__Activity__
Below are some records; quote exactly the lines from the one that contains "Hole(TALADRO_ROSCADO_M81_D / 2)" through the one that contains "FreeCAD Python script", inclusive, and no others.
[[ Given data, beginning ]]
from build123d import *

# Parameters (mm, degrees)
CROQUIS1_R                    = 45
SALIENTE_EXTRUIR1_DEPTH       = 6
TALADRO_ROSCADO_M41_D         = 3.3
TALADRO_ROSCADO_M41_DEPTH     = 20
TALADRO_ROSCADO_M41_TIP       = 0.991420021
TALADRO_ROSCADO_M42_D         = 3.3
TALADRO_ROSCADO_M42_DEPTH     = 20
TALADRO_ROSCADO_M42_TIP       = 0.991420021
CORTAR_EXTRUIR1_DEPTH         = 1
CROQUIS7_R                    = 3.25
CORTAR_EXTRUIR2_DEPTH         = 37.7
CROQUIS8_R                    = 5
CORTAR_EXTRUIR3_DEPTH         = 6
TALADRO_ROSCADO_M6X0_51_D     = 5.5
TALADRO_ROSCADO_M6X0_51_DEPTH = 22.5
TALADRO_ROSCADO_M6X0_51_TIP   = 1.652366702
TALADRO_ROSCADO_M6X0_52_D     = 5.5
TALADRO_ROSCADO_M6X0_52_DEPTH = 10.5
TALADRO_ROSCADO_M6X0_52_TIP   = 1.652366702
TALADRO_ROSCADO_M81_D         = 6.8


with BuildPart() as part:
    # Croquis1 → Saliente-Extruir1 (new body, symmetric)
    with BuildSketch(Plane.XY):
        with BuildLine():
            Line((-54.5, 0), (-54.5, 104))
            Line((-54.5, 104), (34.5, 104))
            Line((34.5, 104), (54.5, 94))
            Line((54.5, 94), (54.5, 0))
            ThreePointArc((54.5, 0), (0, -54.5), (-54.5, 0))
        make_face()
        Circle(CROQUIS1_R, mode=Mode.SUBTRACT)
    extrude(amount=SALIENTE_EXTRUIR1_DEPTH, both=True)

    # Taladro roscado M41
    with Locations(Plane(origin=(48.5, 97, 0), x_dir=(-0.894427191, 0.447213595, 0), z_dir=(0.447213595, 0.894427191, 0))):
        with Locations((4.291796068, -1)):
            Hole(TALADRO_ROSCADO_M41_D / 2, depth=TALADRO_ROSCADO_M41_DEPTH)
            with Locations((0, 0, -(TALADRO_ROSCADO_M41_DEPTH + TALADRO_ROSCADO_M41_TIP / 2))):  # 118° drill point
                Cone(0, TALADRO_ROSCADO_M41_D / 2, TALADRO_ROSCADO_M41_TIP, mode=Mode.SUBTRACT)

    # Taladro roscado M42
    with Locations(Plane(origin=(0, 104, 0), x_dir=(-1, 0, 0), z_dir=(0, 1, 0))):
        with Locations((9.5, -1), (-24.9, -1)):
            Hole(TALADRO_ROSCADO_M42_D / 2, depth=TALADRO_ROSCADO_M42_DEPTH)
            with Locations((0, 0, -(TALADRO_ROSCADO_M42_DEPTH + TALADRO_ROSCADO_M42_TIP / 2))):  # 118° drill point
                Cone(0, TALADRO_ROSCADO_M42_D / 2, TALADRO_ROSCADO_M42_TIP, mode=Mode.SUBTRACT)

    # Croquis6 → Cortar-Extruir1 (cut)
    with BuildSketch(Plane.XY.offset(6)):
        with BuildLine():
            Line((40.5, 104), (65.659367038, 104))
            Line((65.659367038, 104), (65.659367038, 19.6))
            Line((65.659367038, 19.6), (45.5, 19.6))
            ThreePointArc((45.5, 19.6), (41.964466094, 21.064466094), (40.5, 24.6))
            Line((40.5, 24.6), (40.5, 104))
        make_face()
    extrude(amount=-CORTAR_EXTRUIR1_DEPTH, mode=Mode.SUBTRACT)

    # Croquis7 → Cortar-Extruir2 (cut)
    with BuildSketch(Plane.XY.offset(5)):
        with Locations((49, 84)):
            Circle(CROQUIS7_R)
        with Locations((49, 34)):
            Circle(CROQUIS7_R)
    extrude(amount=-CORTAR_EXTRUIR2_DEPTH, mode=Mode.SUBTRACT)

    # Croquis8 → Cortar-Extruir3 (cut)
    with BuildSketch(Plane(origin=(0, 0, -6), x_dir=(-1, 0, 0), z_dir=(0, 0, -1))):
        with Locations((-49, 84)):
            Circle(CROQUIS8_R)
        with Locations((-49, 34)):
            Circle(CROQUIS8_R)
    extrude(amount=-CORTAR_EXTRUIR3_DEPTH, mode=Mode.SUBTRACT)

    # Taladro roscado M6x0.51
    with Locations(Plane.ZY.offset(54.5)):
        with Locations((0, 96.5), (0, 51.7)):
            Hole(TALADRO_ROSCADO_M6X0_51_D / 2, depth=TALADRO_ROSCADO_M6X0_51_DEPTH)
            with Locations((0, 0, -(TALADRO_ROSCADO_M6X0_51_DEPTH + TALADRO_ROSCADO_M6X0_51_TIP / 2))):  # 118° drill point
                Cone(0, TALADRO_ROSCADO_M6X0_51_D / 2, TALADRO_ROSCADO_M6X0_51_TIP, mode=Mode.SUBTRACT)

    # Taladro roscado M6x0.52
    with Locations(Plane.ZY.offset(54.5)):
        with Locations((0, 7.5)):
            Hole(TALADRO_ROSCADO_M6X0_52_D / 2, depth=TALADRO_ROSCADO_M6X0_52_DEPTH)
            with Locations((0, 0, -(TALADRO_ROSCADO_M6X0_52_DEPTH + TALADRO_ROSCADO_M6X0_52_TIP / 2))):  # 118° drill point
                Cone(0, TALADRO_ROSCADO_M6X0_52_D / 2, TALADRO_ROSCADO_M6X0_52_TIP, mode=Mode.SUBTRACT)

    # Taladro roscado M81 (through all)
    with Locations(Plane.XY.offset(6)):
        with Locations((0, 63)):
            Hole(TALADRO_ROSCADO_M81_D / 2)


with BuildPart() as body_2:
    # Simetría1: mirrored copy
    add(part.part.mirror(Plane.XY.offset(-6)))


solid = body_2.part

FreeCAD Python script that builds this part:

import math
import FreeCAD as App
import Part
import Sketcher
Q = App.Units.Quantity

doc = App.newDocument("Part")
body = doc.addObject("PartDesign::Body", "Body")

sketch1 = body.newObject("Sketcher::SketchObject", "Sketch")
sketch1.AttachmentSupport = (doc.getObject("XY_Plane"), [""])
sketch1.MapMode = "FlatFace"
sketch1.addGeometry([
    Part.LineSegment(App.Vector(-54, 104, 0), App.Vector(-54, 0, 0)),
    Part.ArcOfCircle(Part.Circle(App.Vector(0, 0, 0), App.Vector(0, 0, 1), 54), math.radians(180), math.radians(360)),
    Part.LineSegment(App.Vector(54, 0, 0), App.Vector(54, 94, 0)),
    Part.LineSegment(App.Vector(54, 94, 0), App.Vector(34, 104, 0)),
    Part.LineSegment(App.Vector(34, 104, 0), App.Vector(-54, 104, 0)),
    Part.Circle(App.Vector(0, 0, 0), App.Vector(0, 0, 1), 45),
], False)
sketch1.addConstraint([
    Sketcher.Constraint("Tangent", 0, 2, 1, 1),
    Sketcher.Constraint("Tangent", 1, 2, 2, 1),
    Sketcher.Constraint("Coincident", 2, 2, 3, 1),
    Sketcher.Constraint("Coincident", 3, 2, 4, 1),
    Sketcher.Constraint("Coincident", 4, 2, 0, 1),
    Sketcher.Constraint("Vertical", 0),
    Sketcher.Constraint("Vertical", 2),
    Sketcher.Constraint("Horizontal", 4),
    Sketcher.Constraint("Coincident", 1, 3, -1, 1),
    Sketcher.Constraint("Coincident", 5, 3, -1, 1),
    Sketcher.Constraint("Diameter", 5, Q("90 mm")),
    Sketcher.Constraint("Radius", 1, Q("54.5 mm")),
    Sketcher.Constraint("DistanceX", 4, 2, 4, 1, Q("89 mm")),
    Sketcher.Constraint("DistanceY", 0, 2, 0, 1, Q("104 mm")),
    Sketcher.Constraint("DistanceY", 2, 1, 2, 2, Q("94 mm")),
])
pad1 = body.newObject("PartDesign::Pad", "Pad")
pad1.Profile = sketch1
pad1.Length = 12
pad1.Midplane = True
[[ Given data, end ]]
__Output__
            Hole(TALADRO_ROSCADO_M81_D / 2)


with BuildPart() as body_2:
    # Simetría1: mirrored copy
    add(part.part.mirror(Plane.XY.offset(-6)))


solid = body_2.part

FreeCAD Python script that builds this part:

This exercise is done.